Exercise aim: From the entries below, copy exactly the lines from the one that contains "f 135 136 137" through the one that contains "f 167 162 168", both included, and only those.

Material for the task:
☆ ☆ ☆ ☆ ☆ ☆ ☆

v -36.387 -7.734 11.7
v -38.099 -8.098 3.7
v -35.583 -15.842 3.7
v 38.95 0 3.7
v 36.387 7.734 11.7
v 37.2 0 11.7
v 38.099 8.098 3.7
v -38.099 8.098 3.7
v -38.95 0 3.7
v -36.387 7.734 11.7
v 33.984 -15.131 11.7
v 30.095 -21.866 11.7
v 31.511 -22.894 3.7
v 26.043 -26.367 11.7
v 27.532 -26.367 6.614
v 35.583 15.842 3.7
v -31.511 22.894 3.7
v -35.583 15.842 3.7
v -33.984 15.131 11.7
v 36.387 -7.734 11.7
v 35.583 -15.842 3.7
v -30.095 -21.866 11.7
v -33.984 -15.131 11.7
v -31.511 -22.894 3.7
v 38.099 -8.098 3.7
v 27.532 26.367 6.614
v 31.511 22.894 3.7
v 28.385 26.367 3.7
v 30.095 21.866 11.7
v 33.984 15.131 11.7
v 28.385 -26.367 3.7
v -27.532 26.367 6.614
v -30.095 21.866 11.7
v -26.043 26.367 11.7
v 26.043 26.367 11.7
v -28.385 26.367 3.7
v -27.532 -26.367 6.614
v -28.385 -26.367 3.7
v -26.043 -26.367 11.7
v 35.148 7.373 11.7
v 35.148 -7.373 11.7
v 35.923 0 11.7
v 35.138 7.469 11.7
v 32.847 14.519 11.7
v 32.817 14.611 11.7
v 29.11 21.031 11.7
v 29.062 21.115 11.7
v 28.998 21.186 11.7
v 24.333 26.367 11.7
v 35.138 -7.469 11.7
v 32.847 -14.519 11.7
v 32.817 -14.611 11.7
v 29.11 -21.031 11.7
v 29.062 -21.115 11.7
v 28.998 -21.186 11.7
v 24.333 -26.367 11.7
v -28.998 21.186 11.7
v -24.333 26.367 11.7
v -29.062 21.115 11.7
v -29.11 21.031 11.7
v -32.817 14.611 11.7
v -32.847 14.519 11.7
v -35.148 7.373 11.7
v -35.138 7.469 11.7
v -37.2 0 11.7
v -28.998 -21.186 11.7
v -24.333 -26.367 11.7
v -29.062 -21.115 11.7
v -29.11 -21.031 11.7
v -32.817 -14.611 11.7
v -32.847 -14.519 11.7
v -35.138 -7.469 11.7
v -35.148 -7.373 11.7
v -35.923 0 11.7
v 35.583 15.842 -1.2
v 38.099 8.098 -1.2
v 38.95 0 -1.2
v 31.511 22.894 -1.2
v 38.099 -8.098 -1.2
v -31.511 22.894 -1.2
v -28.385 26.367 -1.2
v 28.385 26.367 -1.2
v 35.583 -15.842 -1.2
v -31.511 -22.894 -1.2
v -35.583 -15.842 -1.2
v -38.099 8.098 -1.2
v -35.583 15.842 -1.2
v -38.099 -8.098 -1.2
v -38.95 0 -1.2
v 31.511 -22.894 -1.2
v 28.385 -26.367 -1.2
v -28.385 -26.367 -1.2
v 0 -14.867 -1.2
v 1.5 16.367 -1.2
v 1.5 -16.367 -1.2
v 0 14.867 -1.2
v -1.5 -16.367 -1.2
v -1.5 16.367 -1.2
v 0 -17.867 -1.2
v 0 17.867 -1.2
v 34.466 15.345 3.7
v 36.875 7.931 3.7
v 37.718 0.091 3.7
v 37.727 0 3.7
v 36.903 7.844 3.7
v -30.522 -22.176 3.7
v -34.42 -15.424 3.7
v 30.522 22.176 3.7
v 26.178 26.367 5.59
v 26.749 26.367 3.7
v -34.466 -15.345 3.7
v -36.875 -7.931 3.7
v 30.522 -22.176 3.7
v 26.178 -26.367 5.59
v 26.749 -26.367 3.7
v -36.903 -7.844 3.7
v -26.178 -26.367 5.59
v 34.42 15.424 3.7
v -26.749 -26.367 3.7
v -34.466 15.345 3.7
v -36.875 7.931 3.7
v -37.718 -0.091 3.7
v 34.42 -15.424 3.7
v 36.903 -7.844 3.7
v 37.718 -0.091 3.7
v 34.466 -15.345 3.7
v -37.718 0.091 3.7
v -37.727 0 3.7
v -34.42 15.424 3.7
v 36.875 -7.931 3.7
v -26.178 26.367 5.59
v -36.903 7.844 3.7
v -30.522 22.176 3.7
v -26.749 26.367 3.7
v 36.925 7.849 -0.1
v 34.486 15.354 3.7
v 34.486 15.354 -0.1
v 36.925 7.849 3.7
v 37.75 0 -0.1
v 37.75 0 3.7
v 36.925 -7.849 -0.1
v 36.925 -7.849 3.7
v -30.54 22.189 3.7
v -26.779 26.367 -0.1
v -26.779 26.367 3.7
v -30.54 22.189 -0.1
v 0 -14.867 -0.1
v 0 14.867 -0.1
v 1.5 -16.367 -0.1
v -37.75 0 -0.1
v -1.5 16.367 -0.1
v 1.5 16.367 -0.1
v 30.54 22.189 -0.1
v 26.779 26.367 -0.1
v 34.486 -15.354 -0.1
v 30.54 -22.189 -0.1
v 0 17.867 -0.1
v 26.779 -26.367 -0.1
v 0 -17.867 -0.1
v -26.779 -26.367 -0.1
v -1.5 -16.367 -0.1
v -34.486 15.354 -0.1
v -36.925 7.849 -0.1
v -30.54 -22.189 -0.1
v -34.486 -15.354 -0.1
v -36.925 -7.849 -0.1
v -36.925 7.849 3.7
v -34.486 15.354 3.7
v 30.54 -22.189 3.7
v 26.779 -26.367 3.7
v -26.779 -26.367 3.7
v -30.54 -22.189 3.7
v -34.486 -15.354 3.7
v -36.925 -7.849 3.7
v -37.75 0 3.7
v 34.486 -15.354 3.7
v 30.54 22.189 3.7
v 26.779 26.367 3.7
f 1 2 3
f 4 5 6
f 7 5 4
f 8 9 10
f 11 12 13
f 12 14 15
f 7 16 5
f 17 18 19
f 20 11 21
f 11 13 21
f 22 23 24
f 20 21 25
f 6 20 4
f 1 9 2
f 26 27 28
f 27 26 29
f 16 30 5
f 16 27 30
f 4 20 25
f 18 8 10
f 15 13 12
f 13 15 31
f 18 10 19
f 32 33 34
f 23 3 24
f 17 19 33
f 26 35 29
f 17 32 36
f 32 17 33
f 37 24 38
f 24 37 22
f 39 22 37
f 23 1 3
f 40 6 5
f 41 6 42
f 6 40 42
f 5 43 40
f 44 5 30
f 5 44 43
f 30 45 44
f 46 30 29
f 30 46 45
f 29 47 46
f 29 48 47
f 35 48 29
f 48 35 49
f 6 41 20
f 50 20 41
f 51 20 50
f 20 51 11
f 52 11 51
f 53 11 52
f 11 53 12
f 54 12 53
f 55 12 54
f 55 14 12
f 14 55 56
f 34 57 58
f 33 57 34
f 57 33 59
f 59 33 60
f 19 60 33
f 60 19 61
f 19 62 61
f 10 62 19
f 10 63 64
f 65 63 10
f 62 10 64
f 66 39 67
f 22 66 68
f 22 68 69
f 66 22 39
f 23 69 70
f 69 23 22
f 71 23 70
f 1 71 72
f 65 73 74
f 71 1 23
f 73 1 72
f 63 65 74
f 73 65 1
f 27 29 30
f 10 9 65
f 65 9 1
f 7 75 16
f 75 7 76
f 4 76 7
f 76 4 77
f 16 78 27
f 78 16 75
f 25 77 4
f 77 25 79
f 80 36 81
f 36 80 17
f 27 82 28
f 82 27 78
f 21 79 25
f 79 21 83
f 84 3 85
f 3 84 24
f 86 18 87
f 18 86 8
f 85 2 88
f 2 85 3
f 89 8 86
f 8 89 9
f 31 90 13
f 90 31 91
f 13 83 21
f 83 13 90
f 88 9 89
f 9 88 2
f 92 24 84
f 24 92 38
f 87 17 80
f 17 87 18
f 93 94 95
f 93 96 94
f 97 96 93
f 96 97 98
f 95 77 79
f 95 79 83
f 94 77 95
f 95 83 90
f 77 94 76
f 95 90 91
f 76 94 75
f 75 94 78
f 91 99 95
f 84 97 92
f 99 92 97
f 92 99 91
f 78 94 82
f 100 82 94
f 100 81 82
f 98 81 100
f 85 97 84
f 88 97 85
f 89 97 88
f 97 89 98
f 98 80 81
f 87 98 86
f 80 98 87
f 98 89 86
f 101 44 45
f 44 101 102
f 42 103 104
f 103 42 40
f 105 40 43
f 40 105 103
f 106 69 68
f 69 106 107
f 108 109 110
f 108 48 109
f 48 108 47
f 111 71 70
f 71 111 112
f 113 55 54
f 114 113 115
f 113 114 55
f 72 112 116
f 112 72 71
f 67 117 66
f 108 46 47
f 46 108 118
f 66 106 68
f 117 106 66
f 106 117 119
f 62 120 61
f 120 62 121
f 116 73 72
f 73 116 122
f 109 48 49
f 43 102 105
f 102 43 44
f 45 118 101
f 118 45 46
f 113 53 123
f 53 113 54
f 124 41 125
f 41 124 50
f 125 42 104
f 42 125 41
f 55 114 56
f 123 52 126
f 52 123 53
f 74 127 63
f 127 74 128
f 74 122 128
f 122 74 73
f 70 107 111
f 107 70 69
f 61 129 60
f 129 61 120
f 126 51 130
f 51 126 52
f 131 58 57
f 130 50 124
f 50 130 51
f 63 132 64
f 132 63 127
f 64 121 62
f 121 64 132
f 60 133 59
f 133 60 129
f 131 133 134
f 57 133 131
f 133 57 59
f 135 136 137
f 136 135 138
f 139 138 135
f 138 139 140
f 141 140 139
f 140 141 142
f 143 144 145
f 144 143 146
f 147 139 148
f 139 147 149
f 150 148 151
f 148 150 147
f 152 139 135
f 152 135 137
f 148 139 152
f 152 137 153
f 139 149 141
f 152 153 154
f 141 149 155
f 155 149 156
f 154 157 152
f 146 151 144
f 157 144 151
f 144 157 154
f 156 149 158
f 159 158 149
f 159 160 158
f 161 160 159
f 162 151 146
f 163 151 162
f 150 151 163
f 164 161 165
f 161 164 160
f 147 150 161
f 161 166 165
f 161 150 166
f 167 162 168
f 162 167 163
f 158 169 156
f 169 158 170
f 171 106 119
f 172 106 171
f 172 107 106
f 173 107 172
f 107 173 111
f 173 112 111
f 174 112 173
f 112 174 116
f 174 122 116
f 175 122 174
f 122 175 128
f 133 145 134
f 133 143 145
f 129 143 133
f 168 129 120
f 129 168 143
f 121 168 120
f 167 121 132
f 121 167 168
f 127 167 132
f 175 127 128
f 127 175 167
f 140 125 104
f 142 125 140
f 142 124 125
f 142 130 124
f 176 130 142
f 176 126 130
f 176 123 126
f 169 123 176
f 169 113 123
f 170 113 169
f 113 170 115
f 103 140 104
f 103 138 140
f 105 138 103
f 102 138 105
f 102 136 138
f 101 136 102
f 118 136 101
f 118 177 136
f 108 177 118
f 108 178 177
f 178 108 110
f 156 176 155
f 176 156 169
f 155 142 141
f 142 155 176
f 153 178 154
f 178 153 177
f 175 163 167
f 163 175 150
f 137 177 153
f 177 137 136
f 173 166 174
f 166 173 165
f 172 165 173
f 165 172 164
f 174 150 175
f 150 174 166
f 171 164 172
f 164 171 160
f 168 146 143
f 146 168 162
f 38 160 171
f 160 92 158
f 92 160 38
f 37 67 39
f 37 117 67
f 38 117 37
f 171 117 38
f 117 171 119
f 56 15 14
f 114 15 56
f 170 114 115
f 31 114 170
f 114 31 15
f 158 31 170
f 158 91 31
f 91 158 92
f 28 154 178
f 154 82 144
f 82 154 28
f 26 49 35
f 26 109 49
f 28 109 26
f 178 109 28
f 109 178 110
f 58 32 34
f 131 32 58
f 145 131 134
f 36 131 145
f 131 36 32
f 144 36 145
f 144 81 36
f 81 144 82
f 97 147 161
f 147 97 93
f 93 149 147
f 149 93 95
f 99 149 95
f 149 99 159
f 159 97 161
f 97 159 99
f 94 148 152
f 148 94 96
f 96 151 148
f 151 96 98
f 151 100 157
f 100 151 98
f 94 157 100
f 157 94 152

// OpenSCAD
// outer diameter of button
edge=75.5;

// diameter of middle 
middle=72;

// how tall feet are 
feet=3.7;

// distance from edge to middle
to_middle=8;

cut_offset=edge/6;

// printer settings
extrusion_width=1.2;
layer_height=0.4;

// thickness of the sides
wall=extrusion_width;
walll=wall*2;

// thickness of back of part
base=wall;

// used for first layer adhesion issues
brim=10;

tack_stem=3;
tack_pad=20;

// pad negative space for clean renders
pad=0.1;
padd=pad*2;

module body(extra=0,padding=0) {
    translate([0,0,feet-padding])
    cylinder(d1=edge+extra,d2=middle+extra-padding*2,h=to_middle+padding*2);
    translate([0,0,-padding])
    cylinder(d=edge+extra,h=feet+padding);
}

module base() {
    translate([0,0,-base])
    cylinder(d=edge+walll,h=base);
}

module tack_hole(y) {
    translate([0,y,-base-pad])
    cylinder(d=tack_stem,h=base+padd,$fn=4);
}

module tack_holes() {
    tack_hole(-edge/2-wall+cut_offset+tack_pad/2);
    mirror([0,1,0])
    tack_hole(-edge/2-wall+cut_offset+tack_pad/2);
}

module cut() {
    translate([-edge/2-wall-pad,-edge-walll-edge/2-wall+cut_offset,-pad-base])
    cube([edge+walll,edge+walll,feet+to_middle+pad*2+base]);
}

module cuts() {
    cut();
    mirror([0,1,0])
    cut();
}

module assembled() {
    difference() {
        union() {
            body(walll,0);
            base();
        }
        body(0,pad);
        cuts();
        tack_holes();
    }
}

module brim() {
    translate([-brim/2-edge/2,-to_middle-feet-brim/2,-edge/2+cut_offset-layer_height-wall])
    cube([edge+brim,to_middle+feet+brim+base,layer_height]);
}

module to_print() {
    $fn=400;
    rotate([90,0,0])
    assembled(); 
}

// https://www.thingiverse.com/thing:2985920
display="";
if (display == "") assembled(); 
if (display == "echo_button_mount.stl") to_print(); 
if (display == "echo_button_mount_with_brim.stl") {
    to_print();
    brim();
}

☆ ☆ ☆ ☆ ☆ ☆ ☆

Response box:
f 135 136 137
f 136 135 138
f 139 138 135
f 138 139 140
f 141 140 139
f 140 141 142
f 143 144 145
f 144 143 146
f 147 139 148
f 139 147 149
f 150 148 151
f 148 150 147
f 152 139 135
f 152 135 137
f 148 139 152
f 152 137 153
f 139 149 141
f 152 153 154
f 141 149 155
f 155 149 156
f 154 157 152
f 146 151 144
f 157 144 151
f 144 157 154
f 156 149 158
f 159 158 149
f 159 160 158
f 161 160 159
f 162 151 146
f 163 151 162
f 150 151 163
f 164 161 165
f 161 164 160
f 147 150 161
f 161 166 165
f 161 150 166
f 167 162 168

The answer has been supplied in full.